**Records for the exercise**
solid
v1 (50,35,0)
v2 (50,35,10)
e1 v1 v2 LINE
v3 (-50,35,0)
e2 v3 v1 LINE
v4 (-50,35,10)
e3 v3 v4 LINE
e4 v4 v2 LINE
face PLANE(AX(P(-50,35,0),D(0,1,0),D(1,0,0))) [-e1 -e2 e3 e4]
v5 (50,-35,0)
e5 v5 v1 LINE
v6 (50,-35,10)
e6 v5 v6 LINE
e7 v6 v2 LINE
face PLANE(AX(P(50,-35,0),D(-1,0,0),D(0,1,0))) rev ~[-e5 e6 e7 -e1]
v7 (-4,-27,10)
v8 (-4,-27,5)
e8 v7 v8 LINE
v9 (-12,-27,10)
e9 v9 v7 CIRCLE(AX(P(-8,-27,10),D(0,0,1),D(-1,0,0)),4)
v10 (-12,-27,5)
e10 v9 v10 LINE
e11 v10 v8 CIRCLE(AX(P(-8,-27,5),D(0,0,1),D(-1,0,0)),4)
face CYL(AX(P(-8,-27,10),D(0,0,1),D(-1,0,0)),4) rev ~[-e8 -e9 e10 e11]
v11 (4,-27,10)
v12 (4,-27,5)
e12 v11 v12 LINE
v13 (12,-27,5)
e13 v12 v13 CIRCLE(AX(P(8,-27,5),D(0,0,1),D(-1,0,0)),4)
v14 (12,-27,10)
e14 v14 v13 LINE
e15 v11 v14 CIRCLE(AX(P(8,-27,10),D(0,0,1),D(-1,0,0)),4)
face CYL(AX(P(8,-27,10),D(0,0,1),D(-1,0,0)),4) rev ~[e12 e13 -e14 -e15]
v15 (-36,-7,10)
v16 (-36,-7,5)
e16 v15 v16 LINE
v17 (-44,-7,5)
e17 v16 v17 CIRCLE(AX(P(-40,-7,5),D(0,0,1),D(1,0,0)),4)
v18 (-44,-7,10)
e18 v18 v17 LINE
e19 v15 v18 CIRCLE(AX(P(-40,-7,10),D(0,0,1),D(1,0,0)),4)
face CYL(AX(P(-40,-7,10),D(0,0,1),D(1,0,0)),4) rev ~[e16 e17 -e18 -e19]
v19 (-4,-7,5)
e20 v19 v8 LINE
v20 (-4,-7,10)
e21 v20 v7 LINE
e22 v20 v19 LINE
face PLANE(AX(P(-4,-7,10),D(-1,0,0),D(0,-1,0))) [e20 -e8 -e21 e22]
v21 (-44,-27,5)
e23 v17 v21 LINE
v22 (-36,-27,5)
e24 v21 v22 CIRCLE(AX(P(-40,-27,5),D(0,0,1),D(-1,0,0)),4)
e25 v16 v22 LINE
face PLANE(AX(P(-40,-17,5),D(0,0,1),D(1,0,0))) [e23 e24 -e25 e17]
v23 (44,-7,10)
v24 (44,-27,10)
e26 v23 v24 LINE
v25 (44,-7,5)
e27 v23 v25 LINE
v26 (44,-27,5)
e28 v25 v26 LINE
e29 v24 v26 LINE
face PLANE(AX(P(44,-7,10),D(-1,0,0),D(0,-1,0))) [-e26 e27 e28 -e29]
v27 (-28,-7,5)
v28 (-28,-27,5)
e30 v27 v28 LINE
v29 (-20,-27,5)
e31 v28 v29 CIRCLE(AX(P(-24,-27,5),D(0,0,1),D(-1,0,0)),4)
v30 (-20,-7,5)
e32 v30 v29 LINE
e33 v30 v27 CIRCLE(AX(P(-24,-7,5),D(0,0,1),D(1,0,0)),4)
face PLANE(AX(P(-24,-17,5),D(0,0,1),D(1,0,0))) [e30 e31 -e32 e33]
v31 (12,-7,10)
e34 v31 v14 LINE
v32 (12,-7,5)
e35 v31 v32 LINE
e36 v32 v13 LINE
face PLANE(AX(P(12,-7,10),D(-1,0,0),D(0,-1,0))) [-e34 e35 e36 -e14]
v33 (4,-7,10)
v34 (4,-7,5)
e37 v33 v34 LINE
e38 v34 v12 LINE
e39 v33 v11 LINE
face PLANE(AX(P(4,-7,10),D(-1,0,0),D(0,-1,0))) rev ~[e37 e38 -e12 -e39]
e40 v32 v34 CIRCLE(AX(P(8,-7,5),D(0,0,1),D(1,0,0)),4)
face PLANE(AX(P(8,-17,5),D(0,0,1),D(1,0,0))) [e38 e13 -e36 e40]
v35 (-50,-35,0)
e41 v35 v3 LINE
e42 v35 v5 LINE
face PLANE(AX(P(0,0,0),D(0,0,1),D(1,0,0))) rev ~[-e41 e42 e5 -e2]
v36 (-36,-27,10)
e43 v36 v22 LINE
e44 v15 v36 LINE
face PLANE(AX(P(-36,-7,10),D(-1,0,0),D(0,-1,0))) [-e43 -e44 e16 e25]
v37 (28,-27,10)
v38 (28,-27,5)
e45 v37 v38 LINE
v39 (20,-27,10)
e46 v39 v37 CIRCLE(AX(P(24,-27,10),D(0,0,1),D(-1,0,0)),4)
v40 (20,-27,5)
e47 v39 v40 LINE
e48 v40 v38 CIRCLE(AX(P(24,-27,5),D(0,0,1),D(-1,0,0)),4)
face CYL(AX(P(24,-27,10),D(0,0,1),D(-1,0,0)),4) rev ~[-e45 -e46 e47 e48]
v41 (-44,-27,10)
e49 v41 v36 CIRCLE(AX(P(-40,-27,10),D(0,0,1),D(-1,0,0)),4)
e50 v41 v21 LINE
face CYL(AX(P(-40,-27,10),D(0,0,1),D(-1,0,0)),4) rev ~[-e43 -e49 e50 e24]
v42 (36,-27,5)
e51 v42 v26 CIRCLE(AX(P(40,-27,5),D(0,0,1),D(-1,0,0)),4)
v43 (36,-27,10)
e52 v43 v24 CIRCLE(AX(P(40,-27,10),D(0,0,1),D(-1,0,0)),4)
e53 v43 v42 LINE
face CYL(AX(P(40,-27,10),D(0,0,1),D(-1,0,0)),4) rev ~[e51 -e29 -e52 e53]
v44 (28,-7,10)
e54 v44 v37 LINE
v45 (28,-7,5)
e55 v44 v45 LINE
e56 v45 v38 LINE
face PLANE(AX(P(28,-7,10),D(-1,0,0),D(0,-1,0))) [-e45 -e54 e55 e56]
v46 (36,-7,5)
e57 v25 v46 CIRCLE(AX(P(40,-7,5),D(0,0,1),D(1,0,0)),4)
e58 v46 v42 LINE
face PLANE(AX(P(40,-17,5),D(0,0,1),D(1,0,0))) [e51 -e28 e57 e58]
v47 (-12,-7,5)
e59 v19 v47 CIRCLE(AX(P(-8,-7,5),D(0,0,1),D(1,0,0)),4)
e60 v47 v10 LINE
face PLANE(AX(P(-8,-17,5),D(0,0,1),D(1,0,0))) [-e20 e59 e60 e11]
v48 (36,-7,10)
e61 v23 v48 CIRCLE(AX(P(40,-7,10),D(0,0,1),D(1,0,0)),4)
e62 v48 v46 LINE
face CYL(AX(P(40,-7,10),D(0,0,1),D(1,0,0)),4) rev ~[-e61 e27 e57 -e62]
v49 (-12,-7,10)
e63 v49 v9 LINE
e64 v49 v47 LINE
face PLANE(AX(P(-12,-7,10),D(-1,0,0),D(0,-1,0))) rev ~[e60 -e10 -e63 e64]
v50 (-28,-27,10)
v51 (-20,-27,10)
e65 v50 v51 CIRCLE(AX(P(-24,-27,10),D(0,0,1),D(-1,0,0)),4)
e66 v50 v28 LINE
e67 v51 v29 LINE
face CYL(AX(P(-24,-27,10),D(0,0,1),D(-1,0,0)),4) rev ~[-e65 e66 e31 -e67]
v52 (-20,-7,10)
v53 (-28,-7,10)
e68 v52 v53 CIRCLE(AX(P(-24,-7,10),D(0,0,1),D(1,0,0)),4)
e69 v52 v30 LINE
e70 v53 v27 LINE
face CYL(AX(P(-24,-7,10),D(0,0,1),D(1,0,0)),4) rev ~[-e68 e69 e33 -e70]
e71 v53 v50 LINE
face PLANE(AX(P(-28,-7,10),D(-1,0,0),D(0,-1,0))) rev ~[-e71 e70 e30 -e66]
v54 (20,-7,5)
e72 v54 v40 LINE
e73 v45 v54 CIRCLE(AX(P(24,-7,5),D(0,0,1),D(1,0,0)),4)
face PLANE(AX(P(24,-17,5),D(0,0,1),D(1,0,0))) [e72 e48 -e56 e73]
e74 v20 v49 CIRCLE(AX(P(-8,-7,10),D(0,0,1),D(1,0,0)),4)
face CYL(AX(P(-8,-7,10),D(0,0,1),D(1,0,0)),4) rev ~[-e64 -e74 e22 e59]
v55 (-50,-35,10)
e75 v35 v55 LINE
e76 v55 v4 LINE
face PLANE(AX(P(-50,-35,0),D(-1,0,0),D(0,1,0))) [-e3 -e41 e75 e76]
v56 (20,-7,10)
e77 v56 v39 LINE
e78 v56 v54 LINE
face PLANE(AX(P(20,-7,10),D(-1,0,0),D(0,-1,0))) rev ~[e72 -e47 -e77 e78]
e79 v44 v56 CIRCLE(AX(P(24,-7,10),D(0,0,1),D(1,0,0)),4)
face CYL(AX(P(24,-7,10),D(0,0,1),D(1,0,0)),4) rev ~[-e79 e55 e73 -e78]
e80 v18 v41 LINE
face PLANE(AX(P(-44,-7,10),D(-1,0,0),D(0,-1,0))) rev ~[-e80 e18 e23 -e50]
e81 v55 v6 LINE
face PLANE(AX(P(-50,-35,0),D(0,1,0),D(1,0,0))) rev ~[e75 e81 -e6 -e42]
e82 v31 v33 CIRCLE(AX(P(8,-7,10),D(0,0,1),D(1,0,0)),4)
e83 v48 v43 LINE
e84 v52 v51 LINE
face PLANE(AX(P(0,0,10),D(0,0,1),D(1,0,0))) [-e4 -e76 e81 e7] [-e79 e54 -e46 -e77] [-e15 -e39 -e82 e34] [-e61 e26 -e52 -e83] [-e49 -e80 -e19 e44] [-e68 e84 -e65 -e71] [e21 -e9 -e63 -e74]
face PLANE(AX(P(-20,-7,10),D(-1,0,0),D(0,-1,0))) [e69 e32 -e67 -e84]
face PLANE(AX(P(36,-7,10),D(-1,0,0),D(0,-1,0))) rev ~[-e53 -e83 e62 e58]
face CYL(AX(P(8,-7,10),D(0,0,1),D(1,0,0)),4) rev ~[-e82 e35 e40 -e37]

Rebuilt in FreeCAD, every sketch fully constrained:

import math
import FreeCAD as App
import Part
import Sketcher

V = App.Vector
Q = App.Units.Quantity


def add_polygon(sketch, points):
    """Adds a closed chain of lines whose ends are joined by coincident constraints."""
    first, n = sketch.GeometryCount, len(points)
    for a, b in zip(points, points[1:] + points[:1]):
        sketch.addGeometry(Part.LineSegment(App.Vector(*a, 0), App.Vector(*b, 0)), False)
    for i in range(n):
        sketch.addConstraint(Sketcher.Constraint("Coincident", first + i, 2, first + (i + 1) % n, 1))

doc = App.newDocument("Part")
body = doc.addObject("PartDesign::Body", "Body")

# Sketch on XY plane
sketch1 = doc.addObject("Sketcher::SketchObject", "Sketch")
body.addObject(sketch1)
sketch1.AttachmentSupport = (doc.XY_Plane, [""])
sketch1.MapMode = "FlatFace"
add_polygon(sketch1, [(-50, 35), (-50, -35), (50, -35), (50, 35)])  # lines 0-3
sketch1.addConstraint(Sketcher.Constraint("Vertical", 0))
sketch1.addConstraint(Sketcher.Constraint("Horizontal", 1))
sketch1.addConstraint(Sketcher.Constraint("Vertical", 2))
sketch1.addConstraint(Sketcher.Constraint("Horizontal", 3))
sketch1.addConstraint(Sketcher.Constraint("Symmetric", 0, 2, 2, 2, -1, 1))
sketch1.addConstraint(Sketcher.Constraint("DistanceX", 1, 1, 1, 2, Q("100 mm")))
sketch1.addConstraint(Sketcher.Constraint("DistanceY", 0, 2, 0, 1, Q("70 mm")))
pad1 = doc.addObject("PartDesign::Pad", "Pad")
body.addObject(pad1)
pad1.Profile = sketch1
pad1.Length = 10

# Sketch on XY plane
sketch2 = doc.addObject("Sketcher::SketchObject", "Sketch001")
body.addObject(sketch2)
sketch2.AttachmentSupport = (doc.XY_Plane, [""])
sketch2.MapMode = "FlatFace"
sketch2.AttachmentOffset = App.Placement(V(0, 0, 10), App.Rotation())
sketch2.addGeometry(Part.ArcOfCircle(Part.Circle(V(-40, -7, 0), V(0, 0, 1), 4), math.radians(0), math.radians(180)), False)
sketch2.addGeometry(Part.LineSegment(V(-44, -7, 0), V(-44, -27, 0)), False)
sketch2.addGeometry(Part.ArcOfCircle(Part.Circle(V(-40, -27, 0), V(0, 0, 1), 4), math.radians(180), math.radians(360)), False)
sketch2.addGeometry(Part.LineSegment(V(-36, -27, 0), V(-36, -7, 0)), False)
sketch2.addConstraint(Sketcher.Constraint("Tangent", 0, 2, 1, 1))
sketch2.addConstraint(Sketcher.Constraint("Tangent", 1, 2, 2, 1))
sketch2.addConstraint(Sketcher.Constraint("Tangent", 2, 2, 3, 1))
sketch2.addConstraint(Sketcher.Constraint("Tangent", 3, 2, 0, 1))
sketch2.addConstraint(Sketcher.Constraint("Vertical", 1))
sketch2.addConstraint(Sketcher.Constraint("Vertical", 3))
sketch2.addConstraint(Sketcher.Constraint("Radius", 0, Q("4 mm")))
sketch2.addConstraint(Sketcher.Constraint("DistanceY", 1, 2, 1, 1, Q("20 mm")))
sketch2.addConstraint(Sketcher.Constraint("DistanceX", 0, 3, -1, 1, Q("40 mm")))
sketch2.addConstraint(Sketcher.Constraint("DistanceY", 0, 3, -1, 1, Q("7 mm")))
pocket1 = doc.addObject("PartDesign::Pocket", "Pocket")
body.addObject(pocket1)
pocket1.Profile = sketch2
pocket1.Length = 5
doc.recompute()

linearpattern = doc.addObject("PartDesign::LinearPattern", "LinearPattern")
body.addObject(linearpattern)
linearpattern.Originals = [pocket1]
linearpattern.Direction = (doc.X_Axis, [""])
linearpattern.Mode = "offset"
linearpattern.Offset = 16
linearpattern.Occurrences = 6
body.Tip = linearpattern

doc.recompute()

**Exercise requirements**
Starting with the line that holds "e16 v15 v16 LINE" and ending with the line that holds "e22 v20 v19 LINE", retype every line in the data above exactly, and nothing else.

**Result**
e16 v15 v16 LINE
v17 (-44,-7,5)
e17 v16 v17 CIRCLE(AX(P(-40,-7,5),D(0,0,1),D(1,0,0)),4)
v18 (-44,-7,10)
e18 v18 v17 LINE
e19 v15 v18 CIRCLE(AX(P(-40,-7,10),D(0,0,1),D(1,0,0)),4)
face CYL(AX(P(-40,-7,10),D(0,0,1),D(1,0,0)),4) rev ~[e16 e17 -e18 -e19]
v19 (-4,-7,5)
e20 v19 v8 LINE
v20 (-4,-7,10)
e21 v20 v7 LINE
e22 v20 v19 LINE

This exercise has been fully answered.